■ Exercise objective: Filter the records, keeping every line that has the string "Front".

Collected data entries:
════════════════════
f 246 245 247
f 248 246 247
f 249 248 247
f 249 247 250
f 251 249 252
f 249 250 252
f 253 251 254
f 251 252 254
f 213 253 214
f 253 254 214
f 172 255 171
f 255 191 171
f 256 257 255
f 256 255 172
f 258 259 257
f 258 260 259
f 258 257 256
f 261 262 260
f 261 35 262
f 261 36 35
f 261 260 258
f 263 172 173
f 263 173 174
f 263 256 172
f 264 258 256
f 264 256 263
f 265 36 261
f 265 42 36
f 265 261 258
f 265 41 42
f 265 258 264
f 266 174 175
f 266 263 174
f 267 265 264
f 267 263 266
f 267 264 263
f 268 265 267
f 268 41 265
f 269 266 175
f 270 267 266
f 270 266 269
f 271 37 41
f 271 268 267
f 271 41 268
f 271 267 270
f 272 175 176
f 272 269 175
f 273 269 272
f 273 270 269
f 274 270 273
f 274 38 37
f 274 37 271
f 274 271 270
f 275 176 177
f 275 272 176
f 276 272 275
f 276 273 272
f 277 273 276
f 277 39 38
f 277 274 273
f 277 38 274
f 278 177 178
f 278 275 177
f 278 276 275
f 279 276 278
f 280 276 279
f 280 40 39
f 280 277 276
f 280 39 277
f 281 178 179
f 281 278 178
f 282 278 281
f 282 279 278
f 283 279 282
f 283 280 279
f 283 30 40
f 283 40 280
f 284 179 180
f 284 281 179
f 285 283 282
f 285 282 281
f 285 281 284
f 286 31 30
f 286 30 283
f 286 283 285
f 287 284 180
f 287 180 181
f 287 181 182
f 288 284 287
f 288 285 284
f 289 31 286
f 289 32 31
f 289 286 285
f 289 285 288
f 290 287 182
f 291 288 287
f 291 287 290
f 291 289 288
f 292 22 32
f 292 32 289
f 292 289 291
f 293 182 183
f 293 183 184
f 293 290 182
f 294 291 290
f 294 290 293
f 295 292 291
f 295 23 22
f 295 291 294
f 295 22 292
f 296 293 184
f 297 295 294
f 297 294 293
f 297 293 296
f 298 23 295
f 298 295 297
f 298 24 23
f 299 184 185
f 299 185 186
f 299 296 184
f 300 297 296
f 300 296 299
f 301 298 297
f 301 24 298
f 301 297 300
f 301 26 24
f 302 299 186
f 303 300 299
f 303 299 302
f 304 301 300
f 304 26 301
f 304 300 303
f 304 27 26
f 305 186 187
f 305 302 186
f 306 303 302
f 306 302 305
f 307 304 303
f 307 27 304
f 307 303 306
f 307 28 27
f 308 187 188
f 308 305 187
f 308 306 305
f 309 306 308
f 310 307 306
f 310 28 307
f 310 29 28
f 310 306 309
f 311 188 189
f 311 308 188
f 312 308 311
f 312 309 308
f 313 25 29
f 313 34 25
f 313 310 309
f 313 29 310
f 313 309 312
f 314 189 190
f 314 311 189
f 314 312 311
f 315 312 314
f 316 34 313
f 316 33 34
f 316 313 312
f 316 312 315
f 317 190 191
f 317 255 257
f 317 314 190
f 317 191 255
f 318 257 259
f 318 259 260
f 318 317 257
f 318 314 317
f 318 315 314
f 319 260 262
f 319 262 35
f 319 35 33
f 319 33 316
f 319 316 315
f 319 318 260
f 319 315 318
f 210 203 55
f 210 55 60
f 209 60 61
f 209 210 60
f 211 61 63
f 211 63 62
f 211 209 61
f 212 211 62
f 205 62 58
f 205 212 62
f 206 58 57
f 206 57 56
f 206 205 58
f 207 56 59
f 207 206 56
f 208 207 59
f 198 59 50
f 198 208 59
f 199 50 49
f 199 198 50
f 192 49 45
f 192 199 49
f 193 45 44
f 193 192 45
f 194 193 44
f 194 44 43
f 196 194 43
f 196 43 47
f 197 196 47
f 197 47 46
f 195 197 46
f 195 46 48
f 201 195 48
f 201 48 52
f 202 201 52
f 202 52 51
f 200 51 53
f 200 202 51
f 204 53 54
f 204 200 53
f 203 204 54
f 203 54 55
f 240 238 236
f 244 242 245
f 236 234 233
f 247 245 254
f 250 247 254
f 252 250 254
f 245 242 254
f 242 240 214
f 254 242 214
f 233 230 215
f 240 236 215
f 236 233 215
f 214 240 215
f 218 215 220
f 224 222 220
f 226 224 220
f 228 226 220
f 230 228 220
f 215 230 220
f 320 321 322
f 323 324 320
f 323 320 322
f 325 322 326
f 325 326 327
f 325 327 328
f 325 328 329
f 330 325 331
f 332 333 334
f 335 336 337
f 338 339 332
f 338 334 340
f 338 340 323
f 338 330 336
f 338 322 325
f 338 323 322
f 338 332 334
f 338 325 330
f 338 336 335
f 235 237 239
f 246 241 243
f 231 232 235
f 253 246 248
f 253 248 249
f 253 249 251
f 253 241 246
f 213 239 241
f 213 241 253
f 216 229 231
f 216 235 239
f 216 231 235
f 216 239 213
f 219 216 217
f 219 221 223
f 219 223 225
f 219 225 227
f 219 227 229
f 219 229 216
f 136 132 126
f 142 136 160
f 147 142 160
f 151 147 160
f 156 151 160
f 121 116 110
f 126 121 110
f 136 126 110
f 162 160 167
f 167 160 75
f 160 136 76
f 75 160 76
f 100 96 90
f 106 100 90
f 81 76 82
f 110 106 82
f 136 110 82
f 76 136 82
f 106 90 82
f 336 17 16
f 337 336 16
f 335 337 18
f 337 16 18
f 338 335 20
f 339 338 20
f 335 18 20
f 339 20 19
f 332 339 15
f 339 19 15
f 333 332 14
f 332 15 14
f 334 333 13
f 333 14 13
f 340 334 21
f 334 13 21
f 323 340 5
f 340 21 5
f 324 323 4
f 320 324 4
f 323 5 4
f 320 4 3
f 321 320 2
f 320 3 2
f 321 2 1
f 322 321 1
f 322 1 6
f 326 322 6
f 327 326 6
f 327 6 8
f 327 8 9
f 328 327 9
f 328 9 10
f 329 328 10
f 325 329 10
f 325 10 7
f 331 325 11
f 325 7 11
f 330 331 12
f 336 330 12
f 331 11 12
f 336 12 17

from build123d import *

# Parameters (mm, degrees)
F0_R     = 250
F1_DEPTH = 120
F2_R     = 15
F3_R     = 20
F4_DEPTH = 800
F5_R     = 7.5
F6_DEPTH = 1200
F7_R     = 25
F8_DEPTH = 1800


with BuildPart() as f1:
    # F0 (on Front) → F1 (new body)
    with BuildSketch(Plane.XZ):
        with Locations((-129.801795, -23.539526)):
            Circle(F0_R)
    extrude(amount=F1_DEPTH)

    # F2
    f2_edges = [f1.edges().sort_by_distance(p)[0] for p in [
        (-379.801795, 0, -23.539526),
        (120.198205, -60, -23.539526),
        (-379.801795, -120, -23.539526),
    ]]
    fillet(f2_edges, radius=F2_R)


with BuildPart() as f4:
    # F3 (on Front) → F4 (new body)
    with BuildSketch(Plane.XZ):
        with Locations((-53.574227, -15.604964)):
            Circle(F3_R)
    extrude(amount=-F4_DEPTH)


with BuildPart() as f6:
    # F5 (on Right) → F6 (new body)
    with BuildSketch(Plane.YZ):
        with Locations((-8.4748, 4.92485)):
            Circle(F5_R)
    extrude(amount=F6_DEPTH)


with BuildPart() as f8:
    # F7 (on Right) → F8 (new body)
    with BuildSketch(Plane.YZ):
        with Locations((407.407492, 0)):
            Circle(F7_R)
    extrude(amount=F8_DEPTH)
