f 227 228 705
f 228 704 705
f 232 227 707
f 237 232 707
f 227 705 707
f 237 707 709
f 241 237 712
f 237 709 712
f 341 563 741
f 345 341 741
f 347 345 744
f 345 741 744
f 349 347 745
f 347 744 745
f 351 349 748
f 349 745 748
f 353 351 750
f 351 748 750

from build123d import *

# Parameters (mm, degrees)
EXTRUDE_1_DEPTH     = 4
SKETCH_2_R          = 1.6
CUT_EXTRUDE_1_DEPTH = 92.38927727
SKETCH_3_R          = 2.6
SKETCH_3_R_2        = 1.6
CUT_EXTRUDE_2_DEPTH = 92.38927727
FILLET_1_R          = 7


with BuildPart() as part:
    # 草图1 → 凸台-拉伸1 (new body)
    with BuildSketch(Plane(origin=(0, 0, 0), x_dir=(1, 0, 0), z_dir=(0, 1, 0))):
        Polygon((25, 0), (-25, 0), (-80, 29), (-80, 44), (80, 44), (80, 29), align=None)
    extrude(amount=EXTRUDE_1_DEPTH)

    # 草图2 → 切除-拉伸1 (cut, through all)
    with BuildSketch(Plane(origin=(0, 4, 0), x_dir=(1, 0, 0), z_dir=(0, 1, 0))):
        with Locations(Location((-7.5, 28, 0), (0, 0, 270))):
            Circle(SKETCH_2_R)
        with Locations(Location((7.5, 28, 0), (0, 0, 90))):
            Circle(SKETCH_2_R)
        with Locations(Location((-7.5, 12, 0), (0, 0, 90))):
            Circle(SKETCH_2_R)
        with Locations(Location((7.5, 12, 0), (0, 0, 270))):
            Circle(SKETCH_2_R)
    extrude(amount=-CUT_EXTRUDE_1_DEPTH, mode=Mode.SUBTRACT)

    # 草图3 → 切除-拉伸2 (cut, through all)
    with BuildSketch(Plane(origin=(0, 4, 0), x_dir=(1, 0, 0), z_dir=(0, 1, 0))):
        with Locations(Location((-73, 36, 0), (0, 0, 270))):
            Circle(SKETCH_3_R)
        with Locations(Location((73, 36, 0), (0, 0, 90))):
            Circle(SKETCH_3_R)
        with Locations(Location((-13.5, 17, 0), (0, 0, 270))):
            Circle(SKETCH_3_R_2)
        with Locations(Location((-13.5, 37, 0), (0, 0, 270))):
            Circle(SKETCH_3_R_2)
════════════════════
■ Answer for the task:
    # F0 (on Front) → F1 (new body)
    # F3 (on Front) → F4 (new body)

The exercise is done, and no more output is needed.